Figure 3. The ability to solve complex tasks increases with scale through alignment. ESM3 is aligned to follow atomic coordination prompts with a dataset of preference pairs constructed from prompted generations, where positive samples with good scores for desired properties (high pTM, low cRMSD) are paired with negative samples with worse scores. The preference tuning loss encourages the model to put higher likelihood on the positive samples. After training, models are evaluated by prompting with coordinates in tertiary contact. (A) We show the effect of finetuning on the fraction of tasks solved with 128 generations (Pass@ 128). A large gap opens between the models with scale. The response to alignment shows a latent capability to solve complex tasks in the largest model.

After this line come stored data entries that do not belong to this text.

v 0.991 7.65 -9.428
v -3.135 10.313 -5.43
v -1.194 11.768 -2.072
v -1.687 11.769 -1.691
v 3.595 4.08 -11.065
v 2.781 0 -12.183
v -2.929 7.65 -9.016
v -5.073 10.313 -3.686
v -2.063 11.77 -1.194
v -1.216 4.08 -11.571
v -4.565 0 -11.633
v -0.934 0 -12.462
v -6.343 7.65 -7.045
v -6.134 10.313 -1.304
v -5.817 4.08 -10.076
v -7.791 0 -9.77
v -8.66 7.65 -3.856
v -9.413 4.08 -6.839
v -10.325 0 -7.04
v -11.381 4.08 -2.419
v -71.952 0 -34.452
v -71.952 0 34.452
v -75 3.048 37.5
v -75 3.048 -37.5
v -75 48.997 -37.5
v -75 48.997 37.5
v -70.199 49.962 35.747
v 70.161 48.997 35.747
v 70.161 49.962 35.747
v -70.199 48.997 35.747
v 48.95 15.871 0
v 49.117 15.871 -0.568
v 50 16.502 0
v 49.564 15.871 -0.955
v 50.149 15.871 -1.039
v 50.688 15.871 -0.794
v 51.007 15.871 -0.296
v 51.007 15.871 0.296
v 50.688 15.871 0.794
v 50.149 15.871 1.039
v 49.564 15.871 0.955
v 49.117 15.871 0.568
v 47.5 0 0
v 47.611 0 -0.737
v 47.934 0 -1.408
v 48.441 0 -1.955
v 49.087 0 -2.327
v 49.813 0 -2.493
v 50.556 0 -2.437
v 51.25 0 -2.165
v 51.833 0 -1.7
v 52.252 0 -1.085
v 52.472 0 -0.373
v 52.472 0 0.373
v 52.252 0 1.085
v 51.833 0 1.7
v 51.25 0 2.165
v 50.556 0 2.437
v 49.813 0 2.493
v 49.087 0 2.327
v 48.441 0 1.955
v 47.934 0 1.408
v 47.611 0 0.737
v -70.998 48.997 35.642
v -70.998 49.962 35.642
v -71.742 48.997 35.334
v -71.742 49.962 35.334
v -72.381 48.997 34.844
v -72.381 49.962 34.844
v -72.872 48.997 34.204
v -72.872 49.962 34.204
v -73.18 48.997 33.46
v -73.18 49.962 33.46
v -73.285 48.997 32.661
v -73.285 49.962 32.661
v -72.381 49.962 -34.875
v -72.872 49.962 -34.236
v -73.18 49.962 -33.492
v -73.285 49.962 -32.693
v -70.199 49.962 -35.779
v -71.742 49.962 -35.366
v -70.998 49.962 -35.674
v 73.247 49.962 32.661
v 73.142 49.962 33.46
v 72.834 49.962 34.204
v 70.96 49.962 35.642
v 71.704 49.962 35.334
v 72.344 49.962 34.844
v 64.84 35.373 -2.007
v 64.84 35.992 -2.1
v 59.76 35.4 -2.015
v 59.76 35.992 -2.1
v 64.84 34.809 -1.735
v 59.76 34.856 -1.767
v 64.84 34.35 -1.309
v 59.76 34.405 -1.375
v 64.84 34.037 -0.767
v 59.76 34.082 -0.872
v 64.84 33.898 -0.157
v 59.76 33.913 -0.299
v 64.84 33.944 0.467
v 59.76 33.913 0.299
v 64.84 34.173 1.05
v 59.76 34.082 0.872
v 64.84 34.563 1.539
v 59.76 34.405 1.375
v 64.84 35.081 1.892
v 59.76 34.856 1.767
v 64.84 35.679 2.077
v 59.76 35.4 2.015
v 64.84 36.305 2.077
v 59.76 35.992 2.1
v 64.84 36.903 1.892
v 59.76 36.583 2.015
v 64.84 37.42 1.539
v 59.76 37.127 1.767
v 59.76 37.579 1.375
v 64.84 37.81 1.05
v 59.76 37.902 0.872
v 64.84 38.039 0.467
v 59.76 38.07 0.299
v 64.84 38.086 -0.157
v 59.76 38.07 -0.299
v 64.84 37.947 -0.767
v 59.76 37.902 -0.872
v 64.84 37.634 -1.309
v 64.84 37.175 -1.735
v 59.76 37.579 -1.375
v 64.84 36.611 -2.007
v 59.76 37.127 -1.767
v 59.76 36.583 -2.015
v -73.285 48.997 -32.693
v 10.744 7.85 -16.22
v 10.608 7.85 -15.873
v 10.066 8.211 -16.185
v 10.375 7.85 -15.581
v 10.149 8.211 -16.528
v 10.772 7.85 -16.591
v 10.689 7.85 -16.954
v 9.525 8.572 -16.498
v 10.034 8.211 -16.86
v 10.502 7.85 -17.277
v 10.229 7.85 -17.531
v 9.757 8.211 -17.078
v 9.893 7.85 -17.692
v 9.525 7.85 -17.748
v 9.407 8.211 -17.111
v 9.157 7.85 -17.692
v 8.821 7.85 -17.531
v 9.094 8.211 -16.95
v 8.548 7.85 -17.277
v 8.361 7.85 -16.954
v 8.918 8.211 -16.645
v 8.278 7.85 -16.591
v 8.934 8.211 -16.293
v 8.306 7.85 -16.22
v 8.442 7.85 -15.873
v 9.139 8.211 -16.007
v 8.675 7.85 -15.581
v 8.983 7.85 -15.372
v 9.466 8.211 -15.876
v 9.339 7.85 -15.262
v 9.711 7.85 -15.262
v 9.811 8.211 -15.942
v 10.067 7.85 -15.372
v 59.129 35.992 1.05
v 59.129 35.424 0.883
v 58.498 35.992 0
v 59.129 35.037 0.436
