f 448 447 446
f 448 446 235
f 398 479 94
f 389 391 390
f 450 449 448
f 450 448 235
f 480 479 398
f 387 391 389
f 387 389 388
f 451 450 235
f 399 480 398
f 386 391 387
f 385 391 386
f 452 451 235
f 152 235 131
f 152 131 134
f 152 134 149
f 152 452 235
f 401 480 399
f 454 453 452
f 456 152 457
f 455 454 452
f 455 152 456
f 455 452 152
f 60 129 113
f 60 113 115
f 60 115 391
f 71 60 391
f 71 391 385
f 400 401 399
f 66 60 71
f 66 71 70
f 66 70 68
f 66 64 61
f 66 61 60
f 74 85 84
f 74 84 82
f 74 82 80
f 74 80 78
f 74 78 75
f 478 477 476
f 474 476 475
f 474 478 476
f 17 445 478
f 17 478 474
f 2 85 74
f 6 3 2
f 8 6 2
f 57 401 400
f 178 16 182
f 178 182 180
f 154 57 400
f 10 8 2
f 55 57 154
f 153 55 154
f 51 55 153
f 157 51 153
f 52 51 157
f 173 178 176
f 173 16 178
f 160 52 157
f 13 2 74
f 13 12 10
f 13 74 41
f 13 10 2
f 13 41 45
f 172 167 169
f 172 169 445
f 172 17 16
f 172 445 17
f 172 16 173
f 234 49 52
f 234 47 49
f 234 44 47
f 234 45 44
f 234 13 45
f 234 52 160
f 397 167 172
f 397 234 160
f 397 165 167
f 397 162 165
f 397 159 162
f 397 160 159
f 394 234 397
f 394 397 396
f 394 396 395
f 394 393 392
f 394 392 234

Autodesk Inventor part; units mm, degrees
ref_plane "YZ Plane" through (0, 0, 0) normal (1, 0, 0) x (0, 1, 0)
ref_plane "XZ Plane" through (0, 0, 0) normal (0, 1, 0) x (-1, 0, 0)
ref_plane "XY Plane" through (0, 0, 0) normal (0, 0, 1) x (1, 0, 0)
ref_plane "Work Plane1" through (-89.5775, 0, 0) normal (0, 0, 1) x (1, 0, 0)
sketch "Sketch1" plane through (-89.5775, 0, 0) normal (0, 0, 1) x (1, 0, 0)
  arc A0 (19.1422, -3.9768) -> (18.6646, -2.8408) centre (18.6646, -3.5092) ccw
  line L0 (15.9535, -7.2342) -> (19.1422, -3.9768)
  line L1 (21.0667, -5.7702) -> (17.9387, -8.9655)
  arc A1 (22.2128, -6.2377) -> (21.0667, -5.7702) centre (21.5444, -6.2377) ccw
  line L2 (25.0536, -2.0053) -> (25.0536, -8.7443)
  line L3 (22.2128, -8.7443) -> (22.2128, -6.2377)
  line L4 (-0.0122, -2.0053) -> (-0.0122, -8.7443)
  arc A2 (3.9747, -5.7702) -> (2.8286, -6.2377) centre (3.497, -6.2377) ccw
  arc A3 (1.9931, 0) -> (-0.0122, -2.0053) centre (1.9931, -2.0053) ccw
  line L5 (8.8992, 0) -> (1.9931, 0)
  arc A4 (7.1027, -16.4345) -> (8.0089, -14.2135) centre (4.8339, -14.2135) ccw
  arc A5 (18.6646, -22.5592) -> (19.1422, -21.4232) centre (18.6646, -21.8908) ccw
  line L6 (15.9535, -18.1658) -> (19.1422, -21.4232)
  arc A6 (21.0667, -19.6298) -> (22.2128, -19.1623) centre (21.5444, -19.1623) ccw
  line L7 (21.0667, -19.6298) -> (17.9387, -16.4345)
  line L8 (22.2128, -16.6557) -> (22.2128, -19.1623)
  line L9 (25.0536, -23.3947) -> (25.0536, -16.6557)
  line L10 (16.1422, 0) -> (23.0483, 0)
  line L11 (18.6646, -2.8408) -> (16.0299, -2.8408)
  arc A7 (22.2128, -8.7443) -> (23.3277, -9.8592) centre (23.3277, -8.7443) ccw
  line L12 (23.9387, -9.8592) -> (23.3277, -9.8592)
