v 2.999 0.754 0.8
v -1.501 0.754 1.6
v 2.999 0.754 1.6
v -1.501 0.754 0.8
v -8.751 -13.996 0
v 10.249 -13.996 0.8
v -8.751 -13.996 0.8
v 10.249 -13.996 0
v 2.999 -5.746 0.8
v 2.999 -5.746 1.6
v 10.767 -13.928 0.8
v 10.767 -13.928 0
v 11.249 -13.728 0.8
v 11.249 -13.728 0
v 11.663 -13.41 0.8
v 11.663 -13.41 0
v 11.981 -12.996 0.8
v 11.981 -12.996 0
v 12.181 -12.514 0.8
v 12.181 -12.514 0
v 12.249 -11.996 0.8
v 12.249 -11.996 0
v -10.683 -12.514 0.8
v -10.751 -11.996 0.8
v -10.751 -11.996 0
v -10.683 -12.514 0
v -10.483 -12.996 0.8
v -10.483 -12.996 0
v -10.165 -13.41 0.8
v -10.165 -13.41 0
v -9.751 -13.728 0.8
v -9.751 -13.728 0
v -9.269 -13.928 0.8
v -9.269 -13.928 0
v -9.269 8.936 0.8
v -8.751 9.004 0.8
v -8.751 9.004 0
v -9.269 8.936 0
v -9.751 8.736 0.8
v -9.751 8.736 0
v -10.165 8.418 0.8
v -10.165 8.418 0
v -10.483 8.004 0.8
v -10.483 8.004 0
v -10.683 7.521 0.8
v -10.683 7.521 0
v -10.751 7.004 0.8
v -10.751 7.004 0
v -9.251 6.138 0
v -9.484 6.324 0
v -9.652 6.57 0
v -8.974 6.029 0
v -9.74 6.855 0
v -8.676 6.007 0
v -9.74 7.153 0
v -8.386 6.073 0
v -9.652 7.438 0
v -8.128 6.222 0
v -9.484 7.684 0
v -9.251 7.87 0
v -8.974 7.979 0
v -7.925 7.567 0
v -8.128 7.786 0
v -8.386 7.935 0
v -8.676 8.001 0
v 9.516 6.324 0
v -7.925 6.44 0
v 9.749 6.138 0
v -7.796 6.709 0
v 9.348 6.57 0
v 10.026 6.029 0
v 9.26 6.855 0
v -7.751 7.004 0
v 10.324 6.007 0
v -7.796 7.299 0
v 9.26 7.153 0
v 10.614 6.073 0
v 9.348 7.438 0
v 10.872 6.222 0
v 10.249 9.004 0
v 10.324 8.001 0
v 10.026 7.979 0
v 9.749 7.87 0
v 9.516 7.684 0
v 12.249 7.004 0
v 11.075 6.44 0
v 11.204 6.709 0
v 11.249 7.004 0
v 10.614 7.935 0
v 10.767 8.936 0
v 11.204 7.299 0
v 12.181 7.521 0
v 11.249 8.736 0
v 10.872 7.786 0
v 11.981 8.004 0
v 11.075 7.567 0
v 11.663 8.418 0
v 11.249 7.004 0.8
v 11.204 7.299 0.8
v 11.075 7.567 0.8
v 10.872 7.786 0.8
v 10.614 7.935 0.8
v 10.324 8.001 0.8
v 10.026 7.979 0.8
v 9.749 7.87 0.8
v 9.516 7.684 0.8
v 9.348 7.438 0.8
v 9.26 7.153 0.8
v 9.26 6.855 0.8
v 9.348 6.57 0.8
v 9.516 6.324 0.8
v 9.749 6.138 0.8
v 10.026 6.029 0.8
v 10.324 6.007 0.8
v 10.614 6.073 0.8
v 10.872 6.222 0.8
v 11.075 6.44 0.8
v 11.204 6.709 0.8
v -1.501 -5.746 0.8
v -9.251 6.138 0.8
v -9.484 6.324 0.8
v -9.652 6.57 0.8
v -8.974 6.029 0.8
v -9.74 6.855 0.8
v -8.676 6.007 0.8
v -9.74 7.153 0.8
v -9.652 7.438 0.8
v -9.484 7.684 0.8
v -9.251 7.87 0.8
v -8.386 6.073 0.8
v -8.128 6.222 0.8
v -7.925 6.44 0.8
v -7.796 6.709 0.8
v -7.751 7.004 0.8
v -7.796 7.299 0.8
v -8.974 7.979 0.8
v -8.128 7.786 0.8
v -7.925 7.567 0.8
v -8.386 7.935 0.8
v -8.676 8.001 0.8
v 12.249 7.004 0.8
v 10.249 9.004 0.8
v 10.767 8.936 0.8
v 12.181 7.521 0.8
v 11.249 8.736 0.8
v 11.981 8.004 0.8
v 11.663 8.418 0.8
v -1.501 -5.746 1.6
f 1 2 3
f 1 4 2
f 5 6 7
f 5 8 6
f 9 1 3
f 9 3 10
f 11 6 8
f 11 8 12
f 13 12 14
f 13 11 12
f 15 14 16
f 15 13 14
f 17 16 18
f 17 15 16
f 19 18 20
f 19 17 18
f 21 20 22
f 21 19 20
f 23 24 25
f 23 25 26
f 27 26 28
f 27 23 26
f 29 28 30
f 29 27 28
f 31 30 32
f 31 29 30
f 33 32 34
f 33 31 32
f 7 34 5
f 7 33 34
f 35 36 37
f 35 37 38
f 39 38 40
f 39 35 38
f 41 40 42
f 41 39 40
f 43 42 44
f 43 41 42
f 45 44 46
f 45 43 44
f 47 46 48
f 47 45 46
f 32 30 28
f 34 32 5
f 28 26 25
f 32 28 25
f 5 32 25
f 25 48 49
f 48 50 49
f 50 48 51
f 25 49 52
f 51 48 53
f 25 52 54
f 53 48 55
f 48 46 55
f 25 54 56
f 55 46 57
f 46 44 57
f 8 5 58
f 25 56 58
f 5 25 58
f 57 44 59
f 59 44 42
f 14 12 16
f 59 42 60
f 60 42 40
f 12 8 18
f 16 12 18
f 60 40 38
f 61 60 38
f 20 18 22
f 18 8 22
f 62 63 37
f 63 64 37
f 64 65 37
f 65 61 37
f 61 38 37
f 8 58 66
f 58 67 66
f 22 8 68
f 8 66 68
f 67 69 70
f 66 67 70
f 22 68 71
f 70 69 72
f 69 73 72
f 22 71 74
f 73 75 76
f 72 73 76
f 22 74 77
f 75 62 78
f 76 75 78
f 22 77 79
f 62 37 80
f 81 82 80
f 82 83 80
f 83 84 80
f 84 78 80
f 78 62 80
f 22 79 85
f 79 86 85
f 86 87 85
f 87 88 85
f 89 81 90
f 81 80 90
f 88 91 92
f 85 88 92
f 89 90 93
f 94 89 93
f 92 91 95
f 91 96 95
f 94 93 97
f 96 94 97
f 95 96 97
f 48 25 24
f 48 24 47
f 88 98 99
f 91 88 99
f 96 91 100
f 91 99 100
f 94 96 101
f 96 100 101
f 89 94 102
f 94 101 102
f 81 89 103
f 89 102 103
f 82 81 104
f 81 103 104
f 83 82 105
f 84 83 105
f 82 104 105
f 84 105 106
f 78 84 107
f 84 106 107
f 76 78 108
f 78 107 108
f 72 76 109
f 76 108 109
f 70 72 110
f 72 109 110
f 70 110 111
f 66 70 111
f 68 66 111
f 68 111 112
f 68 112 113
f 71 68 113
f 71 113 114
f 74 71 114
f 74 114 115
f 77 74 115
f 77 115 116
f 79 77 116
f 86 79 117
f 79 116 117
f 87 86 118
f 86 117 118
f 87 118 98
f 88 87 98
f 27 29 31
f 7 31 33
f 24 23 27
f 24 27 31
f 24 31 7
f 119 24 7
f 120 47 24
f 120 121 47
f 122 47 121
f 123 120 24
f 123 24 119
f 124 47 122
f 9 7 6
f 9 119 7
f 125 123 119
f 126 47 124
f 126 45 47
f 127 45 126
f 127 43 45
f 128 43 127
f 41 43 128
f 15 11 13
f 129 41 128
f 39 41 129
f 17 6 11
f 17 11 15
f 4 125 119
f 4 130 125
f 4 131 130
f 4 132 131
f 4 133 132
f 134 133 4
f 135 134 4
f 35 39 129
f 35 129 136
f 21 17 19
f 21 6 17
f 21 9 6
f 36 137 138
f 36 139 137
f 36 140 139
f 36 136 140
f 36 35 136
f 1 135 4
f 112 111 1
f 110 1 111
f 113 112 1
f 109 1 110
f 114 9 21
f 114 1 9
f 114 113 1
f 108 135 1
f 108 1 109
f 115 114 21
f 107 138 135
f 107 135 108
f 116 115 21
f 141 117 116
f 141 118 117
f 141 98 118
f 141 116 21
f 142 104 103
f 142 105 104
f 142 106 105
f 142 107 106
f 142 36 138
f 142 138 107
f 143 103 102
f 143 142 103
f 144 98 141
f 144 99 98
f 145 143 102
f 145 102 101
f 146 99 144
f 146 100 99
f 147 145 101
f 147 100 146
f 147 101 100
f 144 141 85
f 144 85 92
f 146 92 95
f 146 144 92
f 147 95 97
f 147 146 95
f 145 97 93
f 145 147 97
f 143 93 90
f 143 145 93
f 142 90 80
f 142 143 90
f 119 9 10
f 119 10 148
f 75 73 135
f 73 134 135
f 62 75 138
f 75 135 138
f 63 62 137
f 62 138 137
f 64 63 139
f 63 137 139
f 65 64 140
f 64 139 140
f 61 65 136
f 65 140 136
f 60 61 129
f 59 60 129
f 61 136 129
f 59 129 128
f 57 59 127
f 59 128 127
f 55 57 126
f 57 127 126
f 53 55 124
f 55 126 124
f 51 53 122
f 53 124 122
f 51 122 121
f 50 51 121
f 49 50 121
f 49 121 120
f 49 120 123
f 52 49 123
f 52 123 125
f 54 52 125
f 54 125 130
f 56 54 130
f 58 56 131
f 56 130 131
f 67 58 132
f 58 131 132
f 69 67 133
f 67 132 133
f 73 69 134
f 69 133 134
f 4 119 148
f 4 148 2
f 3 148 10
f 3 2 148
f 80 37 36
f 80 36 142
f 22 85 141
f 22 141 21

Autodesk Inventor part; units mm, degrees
ref_plane "YZ Plane" through (0, 0, 0) normal (1, 0, 0) x (0, 1, 0)
ref_plane "XZ Plane" through (0, 0, 0) normal (0, 1, 0) x (-1, 0, 0)
ref_plane "XY Plane" through (0, 0, 0) normal (0, 0, 1) x (1, 0, 0)
sketch "Sketch1" plane through (0, 0, 0) normal (0, 0, 1) x (1, 0, 0)
  line L0 (-10.7511, 9.0038) -> (12.2489, 9.0038)
  line L1 (12.2489, 9.0038) -> (12.2489, -13.9962)
  line L2 (12.2489, -13.9962) -> (-10.7511, -13.9962)
  line L3 (-10.7511, -13.9962) -> (-10.7511, 9.0038)
  point P0 (0, 0)
  dimension "d0" = 23
  dimension "d1" = 23
extrude "Extrusion1" add sketch "Sketch1" along normal blind 0.8
fillet "Fillet1" radius 2 4 edges at (12.2489, 9.0038, 0.4) (-10.7511, 9.0038, 0.4) (12.2489, -13.9962, 0.4) (-10.7511, -13.9962, 0.4)
sketch "Sketch2" plane through (0, 0, 0.8) normal (0, 0, 1) x (1, 0, 0)
  arc A0 (-8.7511, 9.0038) -> (-10.7511, 7.0038) centre (-8.7511, 7.0038) ccw projected
  circle A1 centre (-8.7511, 7.0038) radius 1
  arc A2 (12.2489, 7.0038) -> (10.2489, 9.0038) centre (10.2489, 7.0038) ccw projected
  circle A3 centre (10.2489, 7.0038) radius 1
  point P0 (0, 0)
  dimension "d5" = 2
  dimension "d6" = 2
extrude "Extrusion2" cut sketch "Sketch2" against normal blind 0.8
sketch "Sketch3" plane through (0, 0, 0.8) normal (0, 0, 1) x (1, 0, 0)
  line L0 (10.2489, 9.0038) -> (-8.7511, 9.0038) projected
  line L1 (-8.7511, -13.9962) -> (10.2489, -13.9962) projected
  line L2 (0.7489, 9.0038) -> (10.2489, 9.0038)
  line L3 (10.2489, 9.0038) -> (10.2489, -13.9962)
  line L4 (10.2489, -13.9962) -> (0.7489, -13.9962)
  line L5 (0.7489, -13.9962) -> (0.7489, 9.0038)
  line L6 (2.9989, -5.7462) -> (-1.5011, -5.7462)
  line L7 (-1.5011, -5.7462) -> (-1.5011, 0.7538)
  line L8 (-1.5011, 0.7538) -> (2.9989, 0.7538)
  line L9 (2.9989, 0.7538) -> (2.9989, -5.7462)
  line L10 (2.9989, -5.7462) -> (-1.5011, 0.7538) construction
  line L11 (-1.5011, -5.7462) -> (2.9989, 0.7538) construction
  point P0 (0, 0)
  point P1 (0.7489, -2.4962)
  dimension "d9" = 4.5
  dimension "d10" = 6.5
extrude "Extrusion3" add sketch "Sketch3" along normal blind 0.8 contours L8 L9 L6 L5 | L5 L6 L7 L8
properties part number "Encoder"
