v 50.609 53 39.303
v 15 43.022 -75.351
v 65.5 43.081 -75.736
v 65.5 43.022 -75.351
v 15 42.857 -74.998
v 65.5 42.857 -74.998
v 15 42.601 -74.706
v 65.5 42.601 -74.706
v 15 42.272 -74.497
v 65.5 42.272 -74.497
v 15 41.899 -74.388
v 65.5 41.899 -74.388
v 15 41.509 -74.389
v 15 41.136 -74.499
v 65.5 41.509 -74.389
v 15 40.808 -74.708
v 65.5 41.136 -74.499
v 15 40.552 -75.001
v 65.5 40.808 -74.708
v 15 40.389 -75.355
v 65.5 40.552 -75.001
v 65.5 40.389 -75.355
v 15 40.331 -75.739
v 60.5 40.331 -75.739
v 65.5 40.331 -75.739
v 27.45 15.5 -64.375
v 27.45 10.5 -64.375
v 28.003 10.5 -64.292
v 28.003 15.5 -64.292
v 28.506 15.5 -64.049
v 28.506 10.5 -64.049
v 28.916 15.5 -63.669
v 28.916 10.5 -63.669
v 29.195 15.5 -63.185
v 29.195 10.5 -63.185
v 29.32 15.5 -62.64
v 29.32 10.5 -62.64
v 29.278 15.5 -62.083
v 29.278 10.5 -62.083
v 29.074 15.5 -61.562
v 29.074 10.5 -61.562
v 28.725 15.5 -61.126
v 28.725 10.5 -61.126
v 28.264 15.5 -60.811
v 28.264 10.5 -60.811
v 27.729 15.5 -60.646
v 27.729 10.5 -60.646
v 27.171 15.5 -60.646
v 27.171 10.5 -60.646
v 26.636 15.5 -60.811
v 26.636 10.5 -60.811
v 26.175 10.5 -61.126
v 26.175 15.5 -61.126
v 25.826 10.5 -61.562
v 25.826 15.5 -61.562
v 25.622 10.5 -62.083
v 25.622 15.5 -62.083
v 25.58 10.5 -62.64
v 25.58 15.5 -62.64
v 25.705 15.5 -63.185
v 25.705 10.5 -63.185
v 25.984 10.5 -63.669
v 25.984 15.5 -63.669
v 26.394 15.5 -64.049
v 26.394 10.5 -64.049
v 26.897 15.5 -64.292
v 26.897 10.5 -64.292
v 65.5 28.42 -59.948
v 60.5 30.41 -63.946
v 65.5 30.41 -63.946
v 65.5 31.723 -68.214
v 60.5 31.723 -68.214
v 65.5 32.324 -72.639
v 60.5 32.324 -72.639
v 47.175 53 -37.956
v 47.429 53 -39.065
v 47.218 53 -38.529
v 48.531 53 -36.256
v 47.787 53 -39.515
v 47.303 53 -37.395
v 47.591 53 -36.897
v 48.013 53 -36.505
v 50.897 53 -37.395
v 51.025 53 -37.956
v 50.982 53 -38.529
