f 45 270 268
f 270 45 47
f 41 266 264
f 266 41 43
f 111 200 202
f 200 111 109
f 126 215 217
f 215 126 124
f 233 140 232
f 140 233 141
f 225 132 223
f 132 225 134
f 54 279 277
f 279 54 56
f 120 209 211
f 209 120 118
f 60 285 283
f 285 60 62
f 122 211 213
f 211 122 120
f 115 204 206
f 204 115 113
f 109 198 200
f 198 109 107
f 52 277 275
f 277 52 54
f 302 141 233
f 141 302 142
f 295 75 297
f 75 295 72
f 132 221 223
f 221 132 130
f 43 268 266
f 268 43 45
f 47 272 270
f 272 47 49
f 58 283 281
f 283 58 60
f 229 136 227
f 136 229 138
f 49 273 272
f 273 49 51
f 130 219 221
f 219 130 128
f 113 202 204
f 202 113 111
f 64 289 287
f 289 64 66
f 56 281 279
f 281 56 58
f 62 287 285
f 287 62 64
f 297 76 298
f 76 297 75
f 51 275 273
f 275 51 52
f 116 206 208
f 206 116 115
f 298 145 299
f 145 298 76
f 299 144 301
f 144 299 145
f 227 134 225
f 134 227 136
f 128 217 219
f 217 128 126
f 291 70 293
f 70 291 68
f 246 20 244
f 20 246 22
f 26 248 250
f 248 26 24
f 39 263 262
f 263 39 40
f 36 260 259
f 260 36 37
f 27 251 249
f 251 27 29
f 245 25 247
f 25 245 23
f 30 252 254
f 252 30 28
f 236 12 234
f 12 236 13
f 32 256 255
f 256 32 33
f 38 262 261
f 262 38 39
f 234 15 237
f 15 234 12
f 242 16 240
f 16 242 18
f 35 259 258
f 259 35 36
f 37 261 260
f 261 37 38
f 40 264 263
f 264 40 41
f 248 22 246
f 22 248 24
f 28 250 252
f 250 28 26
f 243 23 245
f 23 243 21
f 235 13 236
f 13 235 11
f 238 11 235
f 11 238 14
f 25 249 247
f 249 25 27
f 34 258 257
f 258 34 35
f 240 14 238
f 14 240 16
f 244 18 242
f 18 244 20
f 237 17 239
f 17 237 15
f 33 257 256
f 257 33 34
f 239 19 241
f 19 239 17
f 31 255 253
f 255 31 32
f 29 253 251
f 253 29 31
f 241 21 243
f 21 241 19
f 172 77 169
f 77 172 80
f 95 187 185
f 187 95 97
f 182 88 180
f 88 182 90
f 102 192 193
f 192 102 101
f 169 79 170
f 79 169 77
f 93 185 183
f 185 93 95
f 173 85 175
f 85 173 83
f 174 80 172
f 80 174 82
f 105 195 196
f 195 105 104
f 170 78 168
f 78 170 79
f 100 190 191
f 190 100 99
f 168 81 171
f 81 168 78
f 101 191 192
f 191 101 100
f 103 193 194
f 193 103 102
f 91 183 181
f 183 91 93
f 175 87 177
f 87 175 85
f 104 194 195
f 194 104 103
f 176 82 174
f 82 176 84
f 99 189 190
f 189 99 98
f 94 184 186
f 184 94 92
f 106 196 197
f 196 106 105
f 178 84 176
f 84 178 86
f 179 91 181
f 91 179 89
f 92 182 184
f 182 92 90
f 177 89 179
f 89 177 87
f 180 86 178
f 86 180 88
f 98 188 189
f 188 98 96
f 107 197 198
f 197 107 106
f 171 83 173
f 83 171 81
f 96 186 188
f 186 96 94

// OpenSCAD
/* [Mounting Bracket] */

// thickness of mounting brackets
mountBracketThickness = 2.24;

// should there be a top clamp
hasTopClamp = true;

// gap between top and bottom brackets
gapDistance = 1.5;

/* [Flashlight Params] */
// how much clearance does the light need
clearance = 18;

Error bars show 2 standard deviations. (B) Number of distinct solutions (clustered at $\mathrm{TM}>0.8$ ) generated for each tertiary motif. After finetuning we often see a number of unique structures for ligands for which we have successes. (C) Densities of prompted generations are shown for the base model (left) and aligned model (right) at the 98B scale for a number of randomly selected ligands. After alignment, the fidelity to the prompt (cRMSD) and quality of generations (pTM) tends to improve meaningfully.

These results demonstrate that preference tuning extracts latent capability in the models. The capability of larger models to solve challenging tasks become far more apparent after alignment.

Since alignment can be performed with arbitrary objectives, this is an indication of a general ability to respond to finetuning that greatly improves with scale.